## Problem to work on:
Using the data beneath this instruction, retype only the lines from the one that contains "f 404 403 322" down to the one that contains "f 408 375 377", both included, exactly as they appear.

(Records from a data source)
■ ■ ■ ■ ■ ■ ■

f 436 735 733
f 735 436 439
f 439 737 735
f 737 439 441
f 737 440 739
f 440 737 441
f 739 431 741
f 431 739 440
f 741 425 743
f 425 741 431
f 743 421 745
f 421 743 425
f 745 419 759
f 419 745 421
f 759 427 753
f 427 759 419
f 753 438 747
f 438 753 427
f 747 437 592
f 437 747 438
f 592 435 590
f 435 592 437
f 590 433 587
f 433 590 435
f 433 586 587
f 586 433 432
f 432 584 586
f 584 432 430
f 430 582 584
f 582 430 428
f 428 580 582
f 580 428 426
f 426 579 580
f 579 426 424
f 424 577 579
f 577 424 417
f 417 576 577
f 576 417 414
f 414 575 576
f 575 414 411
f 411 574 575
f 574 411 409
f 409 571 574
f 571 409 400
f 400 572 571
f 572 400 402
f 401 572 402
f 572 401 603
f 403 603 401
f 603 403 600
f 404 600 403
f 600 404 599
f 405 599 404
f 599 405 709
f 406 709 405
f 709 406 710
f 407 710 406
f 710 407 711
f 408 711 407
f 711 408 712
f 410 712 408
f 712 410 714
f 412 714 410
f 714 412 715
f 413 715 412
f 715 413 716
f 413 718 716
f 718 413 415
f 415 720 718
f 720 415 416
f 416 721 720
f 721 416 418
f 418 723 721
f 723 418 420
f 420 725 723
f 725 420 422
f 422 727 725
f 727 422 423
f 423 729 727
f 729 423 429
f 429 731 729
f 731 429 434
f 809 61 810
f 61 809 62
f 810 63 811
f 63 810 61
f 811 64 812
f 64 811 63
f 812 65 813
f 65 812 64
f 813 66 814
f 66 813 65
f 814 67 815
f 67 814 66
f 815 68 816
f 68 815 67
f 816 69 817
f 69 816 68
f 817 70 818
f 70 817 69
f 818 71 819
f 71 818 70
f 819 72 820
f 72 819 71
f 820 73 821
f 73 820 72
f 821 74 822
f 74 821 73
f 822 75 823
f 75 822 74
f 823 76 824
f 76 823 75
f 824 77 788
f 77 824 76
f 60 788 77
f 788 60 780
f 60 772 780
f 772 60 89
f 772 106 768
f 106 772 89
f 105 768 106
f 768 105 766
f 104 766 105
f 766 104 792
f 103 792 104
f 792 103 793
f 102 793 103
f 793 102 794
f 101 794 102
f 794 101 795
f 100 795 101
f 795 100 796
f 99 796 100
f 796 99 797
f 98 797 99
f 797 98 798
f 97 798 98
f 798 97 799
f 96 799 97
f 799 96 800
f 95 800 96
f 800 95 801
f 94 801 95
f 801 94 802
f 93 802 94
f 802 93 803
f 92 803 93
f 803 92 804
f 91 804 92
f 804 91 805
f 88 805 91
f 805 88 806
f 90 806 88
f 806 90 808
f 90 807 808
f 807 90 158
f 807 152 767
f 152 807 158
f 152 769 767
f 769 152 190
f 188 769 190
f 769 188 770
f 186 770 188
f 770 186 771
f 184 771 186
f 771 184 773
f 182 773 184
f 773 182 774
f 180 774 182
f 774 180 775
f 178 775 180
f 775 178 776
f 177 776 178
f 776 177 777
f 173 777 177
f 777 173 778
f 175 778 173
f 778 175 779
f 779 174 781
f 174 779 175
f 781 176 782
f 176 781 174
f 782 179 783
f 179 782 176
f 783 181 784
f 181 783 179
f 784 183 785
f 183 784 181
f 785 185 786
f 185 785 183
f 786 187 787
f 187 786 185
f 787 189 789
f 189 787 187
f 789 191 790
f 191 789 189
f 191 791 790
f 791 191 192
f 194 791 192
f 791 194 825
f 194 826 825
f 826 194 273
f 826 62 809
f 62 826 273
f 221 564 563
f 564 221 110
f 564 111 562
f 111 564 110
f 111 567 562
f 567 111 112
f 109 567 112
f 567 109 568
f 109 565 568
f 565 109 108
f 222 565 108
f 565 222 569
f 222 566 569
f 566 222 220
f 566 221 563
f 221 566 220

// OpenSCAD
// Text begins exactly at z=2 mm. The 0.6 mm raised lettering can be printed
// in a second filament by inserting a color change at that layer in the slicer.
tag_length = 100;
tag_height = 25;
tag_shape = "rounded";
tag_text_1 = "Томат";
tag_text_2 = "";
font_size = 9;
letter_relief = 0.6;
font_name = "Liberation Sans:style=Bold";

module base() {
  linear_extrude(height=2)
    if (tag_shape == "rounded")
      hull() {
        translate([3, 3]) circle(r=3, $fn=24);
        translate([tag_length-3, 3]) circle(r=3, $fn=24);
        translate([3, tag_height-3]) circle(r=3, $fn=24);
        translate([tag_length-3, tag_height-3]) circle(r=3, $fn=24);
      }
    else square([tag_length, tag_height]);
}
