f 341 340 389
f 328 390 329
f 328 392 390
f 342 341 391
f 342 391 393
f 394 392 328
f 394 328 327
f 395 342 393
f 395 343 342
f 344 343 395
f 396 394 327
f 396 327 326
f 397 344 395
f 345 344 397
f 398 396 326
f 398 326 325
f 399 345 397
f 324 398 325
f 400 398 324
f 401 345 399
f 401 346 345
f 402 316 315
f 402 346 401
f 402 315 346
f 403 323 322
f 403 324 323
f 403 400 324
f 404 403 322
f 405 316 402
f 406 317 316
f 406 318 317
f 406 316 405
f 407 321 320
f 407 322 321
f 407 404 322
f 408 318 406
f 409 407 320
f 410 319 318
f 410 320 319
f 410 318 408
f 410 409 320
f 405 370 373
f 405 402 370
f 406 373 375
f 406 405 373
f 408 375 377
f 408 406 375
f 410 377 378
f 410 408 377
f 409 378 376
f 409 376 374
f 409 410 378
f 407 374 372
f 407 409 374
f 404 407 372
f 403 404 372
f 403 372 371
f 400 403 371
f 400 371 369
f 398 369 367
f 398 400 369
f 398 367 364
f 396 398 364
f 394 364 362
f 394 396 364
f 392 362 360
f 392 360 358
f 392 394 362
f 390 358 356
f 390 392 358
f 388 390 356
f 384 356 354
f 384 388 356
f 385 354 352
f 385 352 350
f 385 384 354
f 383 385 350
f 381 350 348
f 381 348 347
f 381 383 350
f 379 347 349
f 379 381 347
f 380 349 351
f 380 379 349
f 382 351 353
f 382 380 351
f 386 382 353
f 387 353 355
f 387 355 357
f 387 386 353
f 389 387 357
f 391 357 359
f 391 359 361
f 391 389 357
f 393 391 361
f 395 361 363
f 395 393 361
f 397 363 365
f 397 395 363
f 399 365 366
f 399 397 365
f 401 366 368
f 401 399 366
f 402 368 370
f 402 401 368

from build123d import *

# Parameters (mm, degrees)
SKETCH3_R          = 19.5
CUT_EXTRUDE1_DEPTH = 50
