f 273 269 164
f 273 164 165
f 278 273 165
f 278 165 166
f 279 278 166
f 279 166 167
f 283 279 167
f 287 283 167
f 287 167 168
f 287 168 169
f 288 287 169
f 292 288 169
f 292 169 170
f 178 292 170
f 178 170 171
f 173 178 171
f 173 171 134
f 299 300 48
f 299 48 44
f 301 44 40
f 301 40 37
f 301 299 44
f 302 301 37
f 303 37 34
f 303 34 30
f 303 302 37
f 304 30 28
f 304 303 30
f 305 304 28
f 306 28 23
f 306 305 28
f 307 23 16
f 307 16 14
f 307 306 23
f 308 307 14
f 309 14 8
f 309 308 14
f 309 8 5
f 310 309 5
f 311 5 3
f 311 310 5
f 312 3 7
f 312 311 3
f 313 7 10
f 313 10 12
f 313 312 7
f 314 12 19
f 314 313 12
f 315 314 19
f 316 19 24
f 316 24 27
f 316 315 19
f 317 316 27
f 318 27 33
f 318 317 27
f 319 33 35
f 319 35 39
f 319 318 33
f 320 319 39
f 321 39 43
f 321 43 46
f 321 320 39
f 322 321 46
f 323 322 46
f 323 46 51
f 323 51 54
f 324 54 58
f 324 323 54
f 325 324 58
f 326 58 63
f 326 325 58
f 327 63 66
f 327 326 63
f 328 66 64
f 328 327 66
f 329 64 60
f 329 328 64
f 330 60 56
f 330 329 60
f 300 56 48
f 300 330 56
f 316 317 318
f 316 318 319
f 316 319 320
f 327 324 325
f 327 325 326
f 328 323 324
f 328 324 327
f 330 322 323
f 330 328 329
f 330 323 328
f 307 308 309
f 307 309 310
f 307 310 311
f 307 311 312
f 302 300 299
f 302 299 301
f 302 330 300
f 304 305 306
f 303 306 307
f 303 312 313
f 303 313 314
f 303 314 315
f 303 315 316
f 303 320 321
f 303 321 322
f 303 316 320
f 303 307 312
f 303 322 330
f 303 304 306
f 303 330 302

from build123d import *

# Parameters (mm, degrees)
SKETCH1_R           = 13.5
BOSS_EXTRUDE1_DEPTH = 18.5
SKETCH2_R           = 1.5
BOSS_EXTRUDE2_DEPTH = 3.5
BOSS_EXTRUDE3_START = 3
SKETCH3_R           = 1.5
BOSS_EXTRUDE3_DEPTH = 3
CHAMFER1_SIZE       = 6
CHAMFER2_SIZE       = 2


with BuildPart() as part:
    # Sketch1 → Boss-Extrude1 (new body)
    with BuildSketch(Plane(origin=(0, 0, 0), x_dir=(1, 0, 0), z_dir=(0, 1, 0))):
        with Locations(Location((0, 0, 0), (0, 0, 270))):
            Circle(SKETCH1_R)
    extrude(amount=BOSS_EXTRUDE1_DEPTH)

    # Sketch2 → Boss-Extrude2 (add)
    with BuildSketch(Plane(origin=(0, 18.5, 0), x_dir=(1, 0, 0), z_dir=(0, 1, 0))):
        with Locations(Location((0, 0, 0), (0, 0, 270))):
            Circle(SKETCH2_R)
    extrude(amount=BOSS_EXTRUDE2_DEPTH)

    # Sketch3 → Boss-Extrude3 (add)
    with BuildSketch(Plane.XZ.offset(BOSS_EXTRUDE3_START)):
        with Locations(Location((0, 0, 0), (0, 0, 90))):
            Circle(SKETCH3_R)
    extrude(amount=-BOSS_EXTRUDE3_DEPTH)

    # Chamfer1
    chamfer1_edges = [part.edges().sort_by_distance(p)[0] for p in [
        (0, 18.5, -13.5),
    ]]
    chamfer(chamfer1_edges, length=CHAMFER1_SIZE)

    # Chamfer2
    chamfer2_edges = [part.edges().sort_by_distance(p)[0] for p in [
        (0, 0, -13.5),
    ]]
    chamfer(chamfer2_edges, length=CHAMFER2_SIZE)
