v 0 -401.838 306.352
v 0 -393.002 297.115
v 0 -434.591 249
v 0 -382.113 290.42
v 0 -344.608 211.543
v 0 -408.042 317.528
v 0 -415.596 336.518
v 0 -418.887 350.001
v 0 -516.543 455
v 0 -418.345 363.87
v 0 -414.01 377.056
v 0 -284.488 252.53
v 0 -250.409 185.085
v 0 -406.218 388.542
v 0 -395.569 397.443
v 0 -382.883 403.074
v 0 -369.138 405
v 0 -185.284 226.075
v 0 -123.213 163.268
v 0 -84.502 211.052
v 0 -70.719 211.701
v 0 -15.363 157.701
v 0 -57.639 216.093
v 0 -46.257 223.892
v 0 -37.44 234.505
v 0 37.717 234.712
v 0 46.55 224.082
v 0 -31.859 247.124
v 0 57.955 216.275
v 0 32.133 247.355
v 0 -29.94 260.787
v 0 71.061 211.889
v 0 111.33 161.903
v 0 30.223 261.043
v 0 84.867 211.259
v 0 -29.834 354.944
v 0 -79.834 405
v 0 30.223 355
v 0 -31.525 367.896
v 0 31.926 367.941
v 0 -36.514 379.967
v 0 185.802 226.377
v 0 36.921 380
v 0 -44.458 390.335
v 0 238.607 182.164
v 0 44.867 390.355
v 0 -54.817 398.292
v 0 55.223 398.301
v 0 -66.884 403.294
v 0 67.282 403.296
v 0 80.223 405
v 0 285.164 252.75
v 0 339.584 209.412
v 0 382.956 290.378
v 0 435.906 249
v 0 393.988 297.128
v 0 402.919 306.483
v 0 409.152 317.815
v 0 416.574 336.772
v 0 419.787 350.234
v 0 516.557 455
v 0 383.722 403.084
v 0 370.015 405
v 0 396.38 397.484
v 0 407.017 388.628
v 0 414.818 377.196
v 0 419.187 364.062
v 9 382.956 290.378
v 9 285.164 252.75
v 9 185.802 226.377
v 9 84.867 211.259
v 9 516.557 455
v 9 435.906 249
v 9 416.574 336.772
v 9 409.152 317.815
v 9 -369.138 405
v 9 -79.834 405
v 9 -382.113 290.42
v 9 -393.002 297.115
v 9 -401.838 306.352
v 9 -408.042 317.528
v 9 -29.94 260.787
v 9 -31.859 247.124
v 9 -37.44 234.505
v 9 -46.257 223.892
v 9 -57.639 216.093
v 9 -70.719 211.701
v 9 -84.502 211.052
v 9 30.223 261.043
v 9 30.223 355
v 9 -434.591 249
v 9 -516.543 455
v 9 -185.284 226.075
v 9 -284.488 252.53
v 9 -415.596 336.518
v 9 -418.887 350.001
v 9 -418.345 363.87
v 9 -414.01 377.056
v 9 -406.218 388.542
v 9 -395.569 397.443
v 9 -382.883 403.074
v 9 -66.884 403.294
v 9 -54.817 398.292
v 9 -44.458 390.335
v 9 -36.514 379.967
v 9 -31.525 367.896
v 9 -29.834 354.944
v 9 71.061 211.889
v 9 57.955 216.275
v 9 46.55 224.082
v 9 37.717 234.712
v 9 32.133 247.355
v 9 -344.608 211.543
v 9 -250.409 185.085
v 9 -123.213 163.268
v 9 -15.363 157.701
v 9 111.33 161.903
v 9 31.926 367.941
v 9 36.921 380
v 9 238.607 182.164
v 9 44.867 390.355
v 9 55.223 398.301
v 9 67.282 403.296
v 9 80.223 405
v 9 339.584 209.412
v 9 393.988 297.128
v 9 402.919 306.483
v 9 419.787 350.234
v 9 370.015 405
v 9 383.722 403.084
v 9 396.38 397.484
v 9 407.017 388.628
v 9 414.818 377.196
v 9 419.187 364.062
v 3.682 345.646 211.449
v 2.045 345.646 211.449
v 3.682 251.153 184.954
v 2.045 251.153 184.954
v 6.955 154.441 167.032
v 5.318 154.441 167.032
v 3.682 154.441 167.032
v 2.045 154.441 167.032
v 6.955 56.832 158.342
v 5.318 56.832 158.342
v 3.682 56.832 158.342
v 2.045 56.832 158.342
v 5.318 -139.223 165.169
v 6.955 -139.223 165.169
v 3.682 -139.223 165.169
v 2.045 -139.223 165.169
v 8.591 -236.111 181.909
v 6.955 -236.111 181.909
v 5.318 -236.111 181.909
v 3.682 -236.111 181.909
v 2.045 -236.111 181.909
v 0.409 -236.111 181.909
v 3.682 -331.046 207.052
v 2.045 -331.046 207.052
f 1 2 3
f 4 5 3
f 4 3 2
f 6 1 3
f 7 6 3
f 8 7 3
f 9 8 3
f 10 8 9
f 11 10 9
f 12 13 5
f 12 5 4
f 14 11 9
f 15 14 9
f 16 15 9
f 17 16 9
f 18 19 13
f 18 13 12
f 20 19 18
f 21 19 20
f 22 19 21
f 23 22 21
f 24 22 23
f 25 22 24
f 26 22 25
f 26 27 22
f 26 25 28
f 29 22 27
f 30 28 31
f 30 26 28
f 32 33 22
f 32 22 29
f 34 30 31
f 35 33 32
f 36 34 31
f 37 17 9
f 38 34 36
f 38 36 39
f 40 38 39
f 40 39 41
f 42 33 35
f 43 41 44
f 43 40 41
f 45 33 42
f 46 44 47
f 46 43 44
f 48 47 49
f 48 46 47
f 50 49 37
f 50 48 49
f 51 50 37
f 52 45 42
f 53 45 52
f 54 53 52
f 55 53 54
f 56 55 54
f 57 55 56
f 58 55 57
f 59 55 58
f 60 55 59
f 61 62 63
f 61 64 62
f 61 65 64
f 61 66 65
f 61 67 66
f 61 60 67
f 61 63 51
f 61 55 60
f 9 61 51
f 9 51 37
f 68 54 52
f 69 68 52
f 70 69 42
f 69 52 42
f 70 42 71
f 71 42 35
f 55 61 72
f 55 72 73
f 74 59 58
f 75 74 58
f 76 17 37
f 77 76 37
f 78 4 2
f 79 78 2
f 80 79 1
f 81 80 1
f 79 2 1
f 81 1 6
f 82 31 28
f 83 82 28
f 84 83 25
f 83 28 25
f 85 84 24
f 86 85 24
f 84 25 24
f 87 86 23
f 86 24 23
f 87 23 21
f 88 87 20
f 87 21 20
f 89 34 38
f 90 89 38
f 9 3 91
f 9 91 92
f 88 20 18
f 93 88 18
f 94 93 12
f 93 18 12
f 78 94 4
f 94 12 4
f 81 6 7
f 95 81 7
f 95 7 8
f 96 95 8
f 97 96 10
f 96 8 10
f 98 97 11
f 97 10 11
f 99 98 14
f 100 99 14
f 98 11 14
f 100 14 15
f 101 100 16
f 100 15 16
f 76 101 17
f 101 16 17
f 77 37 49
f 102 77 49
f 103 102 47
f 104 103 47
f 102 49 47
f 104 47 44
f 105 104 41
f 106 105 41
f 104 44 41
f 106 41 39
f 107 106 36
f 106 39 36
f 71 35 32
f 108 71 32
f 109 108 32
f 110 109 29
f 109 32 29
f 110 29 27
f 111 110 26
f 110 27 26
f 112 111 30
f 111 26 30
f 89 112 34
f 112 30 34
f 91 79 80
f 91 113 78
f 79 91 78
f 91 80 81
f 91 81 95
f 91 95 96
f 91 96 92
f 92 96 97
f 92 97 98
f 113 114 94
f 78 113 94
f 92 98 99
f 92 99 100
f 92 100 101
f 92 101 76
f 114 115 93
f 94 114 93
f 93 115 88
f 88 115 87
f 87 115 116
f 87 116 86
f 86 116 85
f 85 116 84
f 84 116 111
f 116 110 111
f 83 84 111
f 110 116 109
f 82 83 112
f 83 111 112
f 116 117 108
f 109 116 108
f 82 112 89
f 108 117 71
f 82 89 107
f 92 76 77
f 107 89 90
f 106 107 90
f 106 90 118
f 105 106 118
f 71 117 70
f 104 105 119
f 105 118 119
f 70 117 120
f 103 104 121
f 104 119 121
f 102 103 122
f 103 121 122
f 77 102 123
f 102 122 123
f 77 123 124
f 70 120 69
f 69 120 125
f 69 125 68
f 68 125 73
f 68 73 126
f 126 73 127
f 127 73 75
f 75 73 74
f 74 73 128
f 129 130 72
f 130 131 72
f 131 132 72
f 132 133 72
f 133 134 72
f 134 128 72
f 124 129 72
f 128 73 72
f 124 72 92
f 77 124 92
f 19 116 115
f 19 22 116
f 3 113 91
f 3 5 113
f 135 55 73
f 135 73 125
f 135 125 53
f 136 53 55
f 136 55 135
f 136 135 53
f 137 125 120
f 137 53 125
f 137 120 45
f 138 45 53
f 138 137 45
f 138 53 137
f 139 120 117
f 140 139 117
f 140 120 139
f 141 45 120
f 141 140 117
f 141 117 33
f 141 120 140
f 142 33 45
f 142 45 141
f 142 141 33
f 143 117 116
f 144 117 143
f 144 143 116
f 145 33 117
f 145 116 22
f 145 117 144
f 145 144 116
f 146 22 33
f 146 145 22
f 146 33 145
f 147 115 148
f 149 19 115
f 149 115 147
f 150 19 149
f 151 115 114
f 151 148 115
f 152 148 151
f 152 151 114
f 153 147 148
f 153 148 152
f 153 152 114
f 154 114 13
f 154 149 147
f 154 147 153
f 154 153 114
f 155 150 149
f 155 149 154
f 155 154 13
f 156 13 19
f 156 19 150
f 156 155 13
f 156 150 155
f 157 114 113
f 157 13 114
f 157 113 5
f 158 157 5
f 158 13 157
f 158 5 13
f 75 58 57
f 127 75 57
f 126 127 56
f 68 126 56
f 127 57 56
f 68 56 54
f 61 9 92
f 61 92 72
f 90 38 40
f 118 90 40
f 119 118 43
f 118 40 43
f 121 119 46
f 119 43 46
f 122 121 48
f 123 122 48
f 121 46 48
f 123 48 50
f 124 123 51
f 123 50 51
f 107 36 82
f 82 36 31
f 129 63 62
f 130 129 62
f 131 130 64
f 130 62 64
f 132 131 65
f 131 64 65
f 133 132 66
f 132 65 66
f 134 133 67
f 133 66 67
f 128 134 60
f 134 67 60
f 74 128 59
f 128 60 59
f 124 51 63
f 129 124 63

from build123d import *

# Parameters (mm, degrees)
EXTRUDE_4_DEPTH = 9


with BuildPart() as part:
    # Эскиз1 → Бобышка-Вытянуть4 (new body)
    with BuildSketch(Plane(origin=(0, 0, 0), x_dir=(0, 0, -1), z_dir=(1, 0, 0))):
        with BuildLine():
            Line((-455, -516.542644104), (-455, 516.556548518))
            Line((-455, 516.556548518), (-248.999999692, 435.905604479))
            add(Edge.make_bspline(
                [(-248.999999692, 435.905604479), (-244.812182794, 427.580683135), (-236.801363167, 410.73826292), (-222.212406758, 376.463926678), (-206.472110198, 332.573595341), (-191.065214882, 278.622516157), (-178.618404528, 223.741954043), (-168.601235151, 168.376182512), (-162.664180548, 121.995794186), (-159.588454358, 84.78039118), (-158.191016915, 56.847307797), (-157.699086883, 28.820440013), (-157.668208508, 0.657149051), (-157.69908686, -27.506141911), (-158.191016904, -55.533009684), (-159.588454431, -83.466093036), (-162.664180797, -120.681496001), (-168.601235656, -167.061884287), (-178.618405136, -222.427655869), (-191.065215126, -277.308218149), (-206.47210996, -331.259297463), (-222.212406313, -375.149628797), (-236.801362845, -409.423964908), (-244.812182664, -426.266385019), (-248.999999692, -434.591306286)],
                knots=[0.002534483, 0.002534483, 0.002534483, 0.002534483, 0.033626078, 0.064717673, 0.126900862, 0.189084052, 0.251267242, 0.313450431, 0.375633621, 0.406725216, 0.43781681, 0.468908405, 0.5, 0.531091595, 0.56218319, 0.593274784, 0.624366379, 0.686549569, 0.748732758, 0.810915948, 0.873099138, 0.935282327, 0.966373922, 0.997465517, 0.997465517, 0.997465517, 0.997465517], degree=3))
            Line((-248.999999692, -434.591306286), (-455, -516.542644104))
        make_face()
        with BuildLine():
            Line((-405, -369.137843077), (-405, -79.83378018))
            ThreePointArc((-405, -79.83378018), (-390.335381972, -44.458495292), (-354.943568764, -29.833812025))
            Line((-354.943568764, -29.833812025), (-260.787453694, -29.940079012))
            ThreePointArc((-260.787453694, -29.940079012), (-223.891969122, -46.256877511), (-211.052398945, -84.501617445))
            add(Edge.make_bspline(
                [(-211.052398945, -84.501617445), (-216.00272922, -138.536584682), (-234.431884839, -238.848455182), (-270.011454394, -336.792856901), (-290.419546493, -382.113233823)],
                knots=[0.6034229, 0.6034229, 0.6034229, 0.6034229, 0.80171145, 0.97615254, 0.97615254, 0.97615254, 0.97615254], degree=3))
            ThreePointArc((-290.419546493, -382.113233823), (-301.450056693, -397.716221108), (-317.52810706, -408.041997779))
            Line((-317.52810706, -408.041997779), (-336.517727965, -415.596487272))
            ThreePointArc((-336.517727965, -415.596487272), (-383.070325953, -410.514851196), (-405, -369.137843077))
        make_face(mode=Mode.SUBTRACT)
        with BuildLine():
            Line((-336.771752099, 416.573644789), (-317.815177046, 409.151966772))
            ThreePointArc((-317.815177046, 409.151966772), (-301.515585195, 398.756977377), (-290.377663678, 382.955736813))
            add(Edge.make_bspline(
                [(-290.377663678, 382.955736813), (-270.15153544, 337.596182562), (-234.790316493, 239.488359394), (-216.31168023, 139.023424648), (-211.259016819, 84.867467904)],
                knots=[0.024188491, 0.024188491, 0.024188491, 0.024188491, 0.1987169, 0.3974338, 0.3974338, 0.3974338, 0.3974338], degree=3))
            ThreePointArc((-211.259016819, 84.867467904), (-224.0817696, 46.549566009), (-261.042812551, 30.222720063))
            Line((-261.042812551, 30.222720063), (-355, 30.222720063))
            ThreePointArc((-355, 30.222720063), (-390.355339059, 44.867381004), (-405, 80.222720063))
            Line((-405, 80.222720063), (-405, 370.014746838))
            ThreePointArc((-405, 370.014746838), (-383.183218455, 411.314942933), (-336.771752099, 416.573644789))
        make_face(mode=Mode.SUBTRACT)
    extrude(amount=EXTRUDE_4_DEPTH)


solid = part.part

■ ■ ■ ■ ■ ■ ■

## Reply to the task:
f 404 403 322
f 405 316 402
f 406 317 316
f 406 318 317
f 406 316 405
f 407 321 320
f 407 322 321
f 407 404 322
f 408 318 406
f 409 407 320
f 410 319 318
f 410 320 319
f 410 318 408
f 410 409 320
f 405 370 373
f 405 402 370
f 406 373 375
f 406 405 373
f 408 375 377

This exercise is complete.